L'une des jurisprudences les plus controversées de cette construction concerne les avantages catégoriels. La Chambre sociale affirmait en 2009 que la seule différence de catégorie professionnelle ne suffit pas à justifier une différence de traitement. Elle a précisé cet attendu en 2011 en indiquant que la pertinence d'un tel avantage sera établie « notamment dès lors qu'elle a pour objet ou pour but de prendre en compte les spécificités de la situation des salariés relevant d'une catégorie déterminée, tenant notamment aux conditions d'exercice des fonctions, à l'évolution de carrière ou aux modalités de rémunération ». Là encore, la jurisprudence appelle à une clarification des rôles et des rémunérations à travers une meilleure définition des catégories professionnelles.

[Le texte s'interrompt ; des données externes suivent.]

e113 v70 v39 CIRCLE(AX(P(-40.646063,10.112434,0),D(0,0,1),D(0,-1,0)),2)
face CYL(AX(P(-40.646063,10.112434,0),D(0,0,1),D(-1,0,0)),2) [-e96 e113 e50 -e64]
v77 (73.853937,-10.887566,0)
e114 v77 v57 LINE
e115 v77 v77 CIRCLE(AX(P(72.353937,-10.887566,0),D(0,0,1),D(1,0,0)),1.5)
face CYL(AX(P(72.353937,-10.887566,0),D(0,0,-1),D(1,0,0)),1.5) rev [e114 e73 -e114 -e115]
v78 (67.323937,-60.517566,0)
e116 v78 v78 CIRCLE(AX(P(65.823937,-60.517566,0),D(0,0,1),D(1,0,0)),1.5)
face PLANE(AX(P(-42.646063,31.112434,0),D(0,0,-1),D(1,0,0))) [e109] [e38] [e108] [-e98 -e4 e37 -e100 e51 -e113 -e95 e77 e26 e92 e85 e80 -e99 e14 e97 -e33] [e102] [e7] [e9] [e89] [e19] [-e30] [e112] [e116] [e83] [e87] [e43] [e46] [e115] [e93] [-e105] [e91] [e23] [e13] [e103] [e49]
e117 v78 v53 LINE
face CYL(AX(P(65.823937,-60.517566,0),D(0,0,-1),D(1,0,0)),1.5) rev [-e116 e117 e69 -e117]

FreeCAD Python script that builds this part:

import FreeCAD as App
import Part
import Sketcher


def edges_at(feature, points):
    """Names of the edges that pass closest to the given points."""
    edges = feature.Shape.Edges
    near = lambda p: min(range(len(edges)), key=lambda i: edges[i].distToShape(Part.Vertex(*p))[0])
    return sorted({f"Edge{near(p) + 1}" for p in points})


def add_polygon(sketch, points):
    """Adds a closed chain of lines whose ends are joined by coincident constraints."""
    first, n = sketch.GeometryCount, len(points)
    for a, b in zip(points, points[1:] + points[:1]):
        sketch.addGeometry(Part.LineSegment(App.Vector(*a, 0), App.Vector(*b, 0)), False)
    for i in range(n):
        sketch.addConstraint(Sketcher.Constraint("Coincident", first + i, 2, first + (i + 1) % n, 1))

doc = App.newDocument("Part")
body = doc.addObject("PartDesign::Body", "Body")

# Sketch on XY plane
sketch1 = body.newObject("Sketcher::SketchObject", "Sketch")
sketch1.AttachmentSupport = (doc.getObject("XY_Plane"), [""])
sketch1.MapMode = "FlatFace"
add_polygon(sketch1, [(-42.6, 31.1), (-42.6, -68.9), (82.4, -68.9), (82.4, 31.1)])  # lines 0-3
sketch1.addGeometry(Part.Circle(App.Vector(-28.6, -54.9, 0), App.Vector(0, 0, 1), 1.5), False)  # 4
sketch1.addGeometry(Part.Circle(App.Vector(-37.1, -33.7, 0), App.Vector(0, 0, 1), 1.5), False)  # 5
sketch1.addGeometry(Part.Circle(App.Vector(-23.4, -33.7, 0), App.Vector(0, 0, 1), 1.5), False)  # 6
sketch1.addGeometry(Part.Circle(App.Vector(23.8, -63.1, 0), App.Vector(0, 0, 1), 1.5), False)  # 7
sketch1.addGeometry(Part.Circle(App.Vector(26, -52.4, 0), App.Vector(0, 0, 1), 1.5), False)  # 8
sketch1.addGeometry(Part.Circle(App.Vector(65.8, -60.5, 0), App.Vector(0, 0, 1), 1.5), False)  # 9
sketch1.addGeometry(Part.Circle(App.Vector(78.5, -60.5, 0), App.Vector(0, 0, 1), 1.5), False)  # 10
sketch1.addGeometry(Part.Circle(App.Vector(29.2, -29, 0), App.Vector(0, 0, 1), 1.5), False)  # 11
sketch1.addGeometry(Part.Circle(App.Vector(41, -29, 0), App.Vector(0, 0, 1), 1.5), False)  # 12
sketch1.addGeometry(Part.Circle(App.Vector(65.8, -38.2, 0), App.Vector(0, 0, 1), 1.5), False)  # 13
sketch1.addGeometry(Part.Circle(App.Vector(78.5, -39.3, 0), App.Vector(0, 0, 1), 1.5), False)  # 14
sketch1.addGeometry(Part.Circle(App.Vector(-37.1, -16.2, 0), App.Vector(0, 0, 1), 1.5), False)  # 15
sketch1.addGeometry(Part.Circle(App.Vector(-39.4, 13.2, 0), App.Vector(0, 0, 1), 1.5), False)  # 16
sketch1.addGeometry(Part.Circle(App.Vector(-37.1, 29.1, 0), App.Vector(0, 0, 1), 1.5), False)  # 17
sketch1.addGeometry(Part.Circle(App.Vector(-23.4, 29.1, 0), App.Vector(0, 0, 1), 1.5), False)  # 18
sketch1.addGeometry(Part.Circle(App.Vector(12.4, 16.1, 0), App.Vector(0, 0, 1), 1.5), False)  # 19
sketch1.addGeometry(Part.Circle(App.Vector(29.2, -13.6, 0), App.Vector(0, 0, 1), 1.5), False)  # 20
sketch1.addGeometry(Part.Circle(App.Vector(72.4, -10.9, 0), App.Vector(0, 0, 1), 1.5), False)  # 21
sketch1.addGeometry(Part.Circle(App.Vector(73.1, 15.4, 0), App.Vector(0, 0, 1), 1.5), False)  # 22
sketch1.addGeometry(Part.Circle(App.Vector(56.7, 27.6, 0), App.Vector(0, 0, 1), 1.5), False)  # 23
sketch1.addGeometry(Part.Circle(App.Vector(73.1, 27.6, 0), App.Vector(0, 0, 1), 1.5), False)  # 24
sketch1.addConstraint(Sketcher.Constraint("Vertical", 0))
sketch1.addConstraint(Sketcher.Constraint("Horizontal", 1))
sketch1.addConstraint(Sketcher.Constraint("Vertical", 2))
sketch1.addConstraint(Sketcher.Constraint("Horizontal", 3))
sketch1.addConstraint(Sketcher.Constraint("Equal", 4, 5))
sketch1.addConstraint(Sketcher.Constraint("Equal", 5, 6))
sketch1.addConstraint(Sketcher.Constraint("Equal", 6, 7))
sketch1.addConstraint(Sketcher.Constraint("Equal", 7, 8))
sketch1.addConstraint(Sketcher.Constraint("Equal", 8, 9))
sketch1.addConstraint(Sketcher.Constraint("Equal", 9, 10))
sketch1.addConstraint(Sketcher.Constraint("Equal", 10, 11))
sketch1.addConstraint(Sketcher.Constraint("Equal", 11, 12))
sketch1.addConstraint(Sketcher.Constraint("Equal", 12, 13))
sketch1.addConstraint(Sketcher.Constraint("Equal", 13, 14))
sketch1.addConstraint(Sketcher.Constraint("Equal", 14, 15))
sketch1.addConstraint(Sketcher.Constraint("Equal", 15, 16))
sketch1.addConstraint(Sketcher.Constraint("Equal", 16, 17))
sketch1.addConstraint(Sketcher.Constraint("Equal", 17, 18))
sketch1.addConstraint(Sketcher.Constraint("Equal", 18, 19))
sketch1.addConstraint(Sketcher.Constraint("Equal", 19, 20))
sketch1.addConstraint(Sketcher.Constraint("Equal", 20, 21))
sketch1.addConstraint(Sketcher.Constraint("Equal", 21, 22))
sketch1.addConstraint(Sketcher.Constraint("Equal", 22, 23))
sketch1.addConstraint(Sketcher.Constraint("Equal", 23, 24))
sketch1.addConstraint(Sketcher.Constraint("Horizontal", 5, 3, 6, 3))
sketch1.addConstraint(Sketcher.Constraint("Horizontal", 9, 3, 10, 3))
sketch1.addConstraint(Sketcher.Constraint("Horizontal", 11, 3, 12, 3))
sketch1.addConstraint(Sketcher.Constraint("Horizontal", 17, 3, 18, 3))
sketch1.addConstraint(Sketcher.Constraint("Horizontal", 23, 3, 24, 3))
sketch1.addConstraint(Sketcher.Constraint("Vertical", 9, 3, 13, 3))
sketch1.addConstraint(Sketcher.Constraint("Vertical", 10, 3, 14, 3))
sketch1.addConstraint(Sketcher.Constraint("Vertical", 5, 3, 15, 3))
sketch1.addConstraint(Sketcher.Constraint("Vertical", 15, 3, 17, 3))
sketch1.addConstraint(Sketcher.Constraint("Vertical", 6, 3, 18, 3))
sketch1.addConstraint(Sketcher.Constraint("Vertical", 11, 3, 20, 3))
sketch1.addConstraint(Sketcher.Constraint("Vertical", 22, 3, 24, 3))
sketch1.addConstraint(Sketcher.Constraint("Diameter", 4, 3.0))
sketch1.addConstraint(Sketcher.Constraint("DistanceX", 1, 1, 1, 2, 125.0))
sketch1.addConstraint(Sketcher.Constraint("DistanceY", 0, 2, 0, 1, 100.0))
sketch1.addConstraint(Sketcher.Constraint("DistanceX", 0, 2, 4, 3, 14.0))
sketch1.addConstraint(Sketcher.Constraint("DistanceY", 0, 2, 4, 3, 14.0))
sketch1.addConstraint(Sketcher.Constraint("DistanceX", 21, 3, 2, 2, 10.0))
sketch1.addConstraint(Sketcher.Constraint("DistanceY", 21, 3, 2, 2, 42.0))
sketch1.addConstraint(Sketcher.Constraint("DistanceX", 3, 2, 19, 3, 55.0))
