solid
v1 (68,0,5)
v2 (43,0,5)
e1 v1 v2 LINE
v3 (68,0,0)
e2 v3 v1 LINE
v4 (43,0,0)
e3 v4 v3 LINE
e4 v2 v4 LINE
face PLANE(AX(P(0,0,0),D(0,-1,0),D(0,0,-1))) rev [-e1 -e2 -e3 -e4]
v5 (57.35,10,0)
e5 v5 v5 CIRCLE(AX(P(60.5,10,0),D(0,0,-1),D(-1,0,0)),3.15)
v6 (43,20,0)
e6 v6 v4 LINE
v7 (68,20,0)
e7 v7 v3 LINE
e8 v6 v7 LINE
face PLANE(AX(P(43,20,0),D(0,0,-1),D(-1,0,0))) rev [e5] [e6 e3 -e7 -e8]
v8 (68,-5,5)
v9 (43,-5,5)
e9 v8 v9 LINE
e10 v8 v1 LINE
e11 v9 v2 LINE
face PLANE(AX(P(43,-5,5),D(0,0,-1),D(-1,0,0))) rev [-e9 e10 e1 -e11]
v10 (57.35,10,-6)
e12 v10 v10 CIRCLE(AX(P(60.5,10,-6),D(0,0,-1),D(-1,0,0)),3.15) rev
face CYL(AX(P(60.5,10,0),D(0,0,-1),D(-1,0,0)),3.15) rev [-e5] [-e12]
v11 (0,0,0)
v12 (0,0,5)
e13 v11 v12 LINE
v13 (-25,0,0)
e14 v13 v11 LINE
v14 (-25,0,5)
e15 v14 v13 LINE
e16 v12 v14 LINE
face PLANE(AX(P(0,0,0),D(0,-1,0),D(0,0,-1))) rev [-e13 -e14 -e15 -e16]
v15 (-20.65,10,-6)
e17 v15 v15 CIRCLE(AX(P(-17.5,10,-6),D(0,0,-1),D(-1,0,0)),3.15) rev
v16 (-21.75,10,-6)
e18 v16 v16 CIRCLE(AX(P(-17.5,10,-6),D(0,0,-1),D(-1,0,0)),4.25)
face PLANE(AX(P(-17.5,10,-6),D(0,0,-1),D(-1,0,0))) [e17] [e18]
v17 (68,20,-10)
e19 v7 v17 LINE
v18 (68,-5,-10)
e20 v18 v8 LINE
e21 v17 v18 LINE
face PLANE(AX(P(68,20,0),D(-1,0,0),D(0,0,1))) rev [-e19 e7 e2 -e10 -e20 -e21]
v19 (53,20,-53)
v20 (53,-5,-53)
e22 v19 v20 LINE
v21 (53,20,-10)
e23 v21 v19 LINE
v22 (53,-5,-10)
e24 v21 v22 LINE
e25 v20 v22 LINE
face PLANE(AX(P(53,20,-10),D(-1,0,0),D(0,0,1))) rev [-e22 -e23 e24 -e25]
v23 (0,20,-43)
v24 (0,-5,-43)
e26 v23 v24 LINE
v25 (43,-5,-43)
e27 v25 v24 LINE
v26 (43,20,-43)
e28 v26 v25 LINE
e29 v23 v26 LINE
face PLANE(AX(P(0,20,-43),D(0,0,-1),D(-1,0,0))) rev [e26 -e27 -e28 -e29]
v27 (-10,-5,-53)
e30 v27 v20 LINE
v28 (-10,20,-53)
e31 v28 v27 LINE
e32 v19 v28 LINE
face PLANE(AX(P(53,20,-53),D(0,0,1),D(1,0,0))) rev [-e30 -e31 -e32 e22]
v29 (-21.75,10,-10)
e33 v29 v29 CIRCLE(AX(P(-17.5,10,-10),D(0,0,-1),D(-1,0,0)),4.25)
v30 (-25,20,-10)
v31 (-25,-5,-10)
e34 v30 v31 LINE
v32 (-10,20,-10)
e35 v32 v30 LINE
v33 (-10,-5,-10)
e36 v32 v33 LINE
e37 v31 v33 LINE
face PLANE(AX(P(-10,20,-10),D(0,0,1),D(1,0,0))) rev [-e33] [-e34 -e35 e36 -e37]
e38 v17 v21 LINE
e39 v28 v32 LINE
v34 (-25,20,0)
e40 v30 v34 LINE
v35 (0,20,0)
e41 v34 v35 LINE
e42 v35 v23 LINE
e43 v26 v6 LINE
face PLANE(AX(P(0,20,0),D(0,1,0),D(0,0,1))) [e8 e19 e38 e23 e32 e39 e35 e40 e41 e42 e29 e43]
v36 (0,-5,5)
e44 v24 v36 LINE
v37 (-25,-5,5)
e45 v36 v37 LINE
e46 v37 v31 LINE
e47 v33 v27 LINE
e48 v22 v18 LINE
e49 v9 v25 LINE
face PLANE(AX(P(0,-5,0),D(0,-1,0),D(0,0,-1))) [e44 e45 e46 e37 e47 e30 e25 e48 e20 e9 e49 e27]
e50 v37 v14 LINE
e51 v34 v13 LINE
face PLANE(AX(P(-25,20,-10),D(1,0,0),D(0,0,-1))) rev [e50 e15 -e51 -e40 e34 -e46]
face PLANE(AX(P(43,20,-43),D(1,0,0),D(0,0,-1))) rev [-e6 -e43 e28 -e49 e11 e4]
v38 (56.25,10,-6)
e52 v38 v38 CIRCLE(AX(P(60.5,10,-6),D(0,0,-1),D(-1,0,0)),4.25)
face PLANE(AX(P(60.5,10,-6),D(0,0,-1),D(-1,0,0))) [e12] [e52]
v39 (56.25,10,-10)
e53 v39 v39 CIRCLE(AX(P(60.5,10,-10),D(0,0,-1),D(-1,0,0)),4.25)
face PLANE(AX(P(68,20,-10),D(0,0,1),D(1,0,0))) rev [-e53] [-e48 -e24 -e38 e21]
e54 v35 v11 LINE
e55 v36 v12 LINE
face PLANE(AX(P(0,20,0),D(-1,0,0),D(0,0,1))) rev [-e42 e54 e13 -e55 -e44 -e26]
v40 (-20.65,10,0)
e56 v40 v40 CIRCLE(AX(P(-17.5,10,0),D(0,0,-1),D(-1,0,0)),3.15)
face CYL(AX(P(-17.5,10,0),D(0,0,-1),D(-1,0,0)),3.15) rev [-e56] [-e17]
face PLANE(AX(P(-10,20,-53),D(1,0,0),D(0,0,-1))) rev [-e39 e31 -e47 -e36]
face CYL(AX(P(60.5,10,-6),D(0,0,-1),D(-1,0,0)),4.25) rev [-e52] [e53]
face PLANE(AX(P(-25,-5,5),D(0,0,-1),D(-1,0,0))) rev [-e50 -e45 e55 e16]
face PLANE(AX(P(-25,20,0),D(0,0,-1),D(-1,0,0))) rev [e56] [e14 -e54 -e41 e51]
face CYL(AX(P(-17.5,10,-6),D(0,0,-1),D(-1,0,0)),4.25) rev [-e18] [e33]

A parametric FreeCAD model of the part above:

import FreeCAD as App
import Part
import Sketcher


def add_polygon(sketch, points):
    """Adds a closed chain of lines whose ends are joined by coincident constraints."""
    first, n = sketch.GeometryCount, len(points)
    for a, b in zip(points, points[1:] + points[:1]):
        sketch.addGeometry(Part.LineSegment(App.Vector(*a, 0), App.Vector(*b, 0)), False)
    for i in range(n):
        sketch.addConstraint(Sketcher.Constraint("Coincident", first + i, 2, first + (i + 1) % n, 1))

doc = App.newDocument("Part")
params = doc.addObject("Spreadsheet::Sheet", "Params")
for row, (alias, value) in enumerate([
    ("sketch1_width", "43 mm"),
    ("sketch1_width2", "25 mm"),
    ("sketch1_width3", "15 mm"),
    ("sketch1_height", "10 mm"),
    ("pad1_length", "20 mm"),
    ("sketch2_diameter", "6.3 mm"),
    ("sketch3_diameter", "8.5 mm"),
    ("pocket2_length", "4 mm"),
    ("sketch4_width", "25 mm"),
    ("sketch4_width2", "15 mm"),
    ("sketch4_width3", "63 mm"),
    ("sketch4_height", "48 mm"),
    ("pad2_length", "5 mm"),
], start=1):
    params.set(f"A{row}", alias)
    params.set(f"B{row}", "=" + value)
    params.setAlias(f"B{row}", alias)

body = doc.addObject("PartDesign::Body", "Body")

# Sketch on XZ plane
sketch1 = doc.addObject("Sketcher::SketchObject", "Sketch")
body.addObject(sketch1)
sketch1.AttachmentSupport = (doc.XZ_Plane, [""])
sketch1.MapMode = "FlatFace"
add_polygon(sketch1, [(0, 0), (0, -43), (43, -43), (43, 0), (68, 0), (68, -10), (53, -10), (53, -53), (-10, -53), (-10, -10), (-25, -10), (-25, 0)])  # lines 0-11
sketch1.addConstraint([
    Sketcher.Constraint("Vertical", 0),
    Sketcher.Constraint("Horizontal", 1),
    Sketcher.Constraint("Vertical", 2),
    Sketcher.Constraint("Horizontal", 3),
    Sketcher.Constraint("Vertical", 4),
    Sketcher.Constraint("Horizontal", 5),
    Sketcher.Constraint("Vertical", 6),
    Sketcher.Constraint("Horizontal", 7),
    Sketcher.Constraint("Vertical", 8),
    Sketcher.Constraint("Horizontal", 9),
    Sketcher.Constraint("Vertical", 10),
    Sketcher.Constraint("Horizontal", 11),
    Sketcher.Constraint("Coincident", 11, 2, -1, 1),
    Sketcher.Constraint("PointOnObject", 2, 2, -1),
    Sketcher.Constraint("Horizontal", 5, 2, 8, 2),
    Sketcher.Constraint("Equal", 5, 9),
    Sketcher.Constraint("Equal", 3, 11),
    Sketcher.Constraint("Equal", 1, 0),
    Sketcher.Constraint("Equal", 2, 6),
    Sketcher.Constraint("DistanceX", 1, 1, 1, 2, 43.0),
    Sketcher.Constraint("DistanceX", 3, 1, 3, 2, 25.0),
    Sketcher.Constraint("DistanceX", 5, 2, 5, 1, 15.0),
    Sketcher.Constraint("DistanceY", 4, 2, 4, 1, 10.0),
])
sketch1.setExpression("Constraints[31]", "Params.sketch1_width")
sketch1.setExpression("Constraints[32]", "Params.sketch1_width2")
sketch1.setExpression("Constraints[33]", "Params.sketch1_width3")
sketch1.setExpression("Constraints[34]", "Params.sketch1_height")
pad1 = doc.addObject("PartDesign::Pad", "Pad")
body.addObject(pad1)
pad1.Profile = sketch1
pad1.setExpression("Length", "Params.pad1_length")
pad1.Reversed = True

# Sketch on XY plane
sketch2 = doc.addObject("Sketcher::SketchObject", "Sketch001")
body.addObject(sketch2)
sketch2.AttachmentSupport = (doc.XY_Plane, [""])
sketch2.MapMode = "FlatFace"
sketch2.AttachmentOffset = App.Placement(App.Vector(0, 0, -10), App.Rotation())
sketch2.addGeometry([
    Part.Circle(App.Vector(60.5, 10, 0), App.Vector(0, 0, 1), 3.1),
    Part.Circle(App.Vector(-17.5, 10, 0), App.Vector(0, 0, 1), 3.1),
], False)
sketch2.addConstraint([
    Sketcher.Constraint("Equal", 0, 1),
    Sketcher.Constraint("Horizontal", 0, 3, 1, 3),
    Sketcher.Constraint("Diameter", 0, 6.3),
    Sketcher.Constraint("DistanceY", -1, 1, 0, 3, 10.0),
    Sketcher.Constraint("DistanceX", 1, 3, 0, 3, 78.0),
    Sketcher.Constraint("DistanceX", -1, 1, 0, 3, 60.5),
])
sketch2.setExpression("Constraints[2]", "Params.sketch2_diameter")
pocket1 = doc.addObject("PartDesign::Pocket", "Pocket")
body.addObject(pocket1)
pocket1.Profile = sketch2
pocket1.Type = "ThroughAll"
pocket1.Reversed = True

# Sketch on XY plane
sketch3 = doc.addObject("Sketcher::SketchObject", "Sketch002")
body.addObject(sketch3)
sketch3.AttachmentSupport = (doc.XY_Plane, [""])
sketch3.MapMode = "FlatFace"
sketch3.AttachmentOffset = App.Placement(App.Vector(0, 0, -10), App.Rotation())
sketch3.addGeometry([
    Part.Circle(App.Vector(-17.5, 10, 0), App.Vector(0, 0, 1), 4.2),
    Part.Circle(App.Vector(60.5, 10, 0), App.Vector(0, 0, 1), 4.2),
], False)
sketch3.addConstraint([
    Sketcher.Constraint("Equal", 0, 1),
    Sketcher.Constraint("Horizontal", 0, 3, 1, 3),
    Sketcher.Constraint("Diameter", 0, 8.5),
    Sketcher.Constraint("DistanceY", -1, 1, 0, 3, 10.0),
    Sketcher.Constraint("DistanceX", 0, 3, 1, 3, 78.0),
    Sketcher.Constraint("DistanceX", 0, 3, -1, 1, 17.5),
])
sketch3.setExpression("Constraints[2]", "Params.sketch3_diameter")
pocket2 = doc.addObject("PartDesign::Pocket", "Pocket001")
body.addObject(pocket2)
pocket2.Profile = sketch3
pocket2.setExpression("Length", "Params.pocket2_length")
pocket2.Reversed = True

# Sketch on XZ plane
sketch4 = doc.addObject("Sketcher::SketchObject", "Sketch003")
body.addObject(sketch4)
sketch4.AttachmentSupport = (doc.XZ_Plane, [""])
sketch4.MapMode = "FlatFace"
add_polygon(sketch4, [(0, 5), (-25, 5), (-25, -10), (-10, -10), (-10, -53), (53, -53), (53, -10), (68, -10), (68, 5), (43, 5), (43, -43), (0, -43)])  # lines 0-11
sketch4.addConstraint([
    Sketcher.Constraint("Horizontal", 0),
    Sketcher.Constraint("Vertical", 1),
    Sketcher.Constraint("Horizontal", 2),
    Sketcher.Constraint("Vertical", 3),
    Sketcher.Constraint("Horizontal", 4),
    Sketcher.Constraint("Vertical", 5),
    Sketcher.Constraint("Horizontal", 6),
    Sketcher.Constraint("Vertical", 7),
    Sketcher.Constraint("Horizontal", 8),
    Sketcher.Constraint("Vertical", 9),
    Sketcher.Constraint("Horizontal", 10),
    Sketcher.Constraint("Vertical", 11),
    Sketcher.Constraint("PointOnObject", 10, 2, -2),
    Sketcher.Constraint("Horizontal", 2, 2, 5, 2),
    Sketcher.Constraint("Horizontal", 0, 2, 7, 2),
    Sketcher.Constraint("Equal", 2, 6),
    Sketcher.Constraint("Equal", 0, 8),
    Sketcher.Constraint("Equal", 6, 1),
    Sketcher.Constraint("Equal", 10, 3),
    Sketcher.Constraint("DistanceX", 0, 2, 0, 1, 25.0),
    Sketcher.Constraint("DistanceX", 2, 1, 2, 2, 15.0),
    Sketcher.Constraint("DistanceX", 4, 1, 4, 2, 63.0),
    Sketcher.Constraint("DistanceY", 9, 2, 9, 1, 48.0),
    Sketcher.Constraint("DistanceY", -1, 1, 0, 2, 5.0),
])
sketch4.setExpression("Constraints[31]", "Params.sketch4_width")
sketch4.setExpression("Constraints[32]", "Params.sketch4_width2")
sketch4.setExpression("Constraints[33]", "Params.sketch4_width3")
sketch4.setExpression("Constraints[34]", "Params.sketch4_height")
pad2 = doc.addObject("PartDesign::Pad", "Pad001")
body.addObject(pad2)
pad2.Profile = sketch4
pad2.setExpression("Length", "Params.pad2_length")

doc.recompute()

Toutes ces raisons, permettent de penser que la règle d'égalité salariale va dans le sens de l'intérêt bien compris des entreprises. En exigeant qu'elles affinent leur politique de rémunération, elle leur permet d'en faire un véritable outil d'incitation. Le résultat immédiat, c'est qu'en donnant aux salariés le sentiment d'être justement traités, elle peut leur être fort utile pour obtenir l'adhésion de ces derniers à la politique d'entreprise. Cependant, la portée de cette règle est plus large. Sa correcte mise en oeuvre, qui ne peut qu'être couplée avec le respect d'autres règles du droit du travail, leur permet de s'inscrire dans une perspective éthique. Elle leur permet donc, non seulement d'éviter les contentieux, mais surtout d'éviter ce fléau qui frappe les entreprises modernes : le mal-être au travail.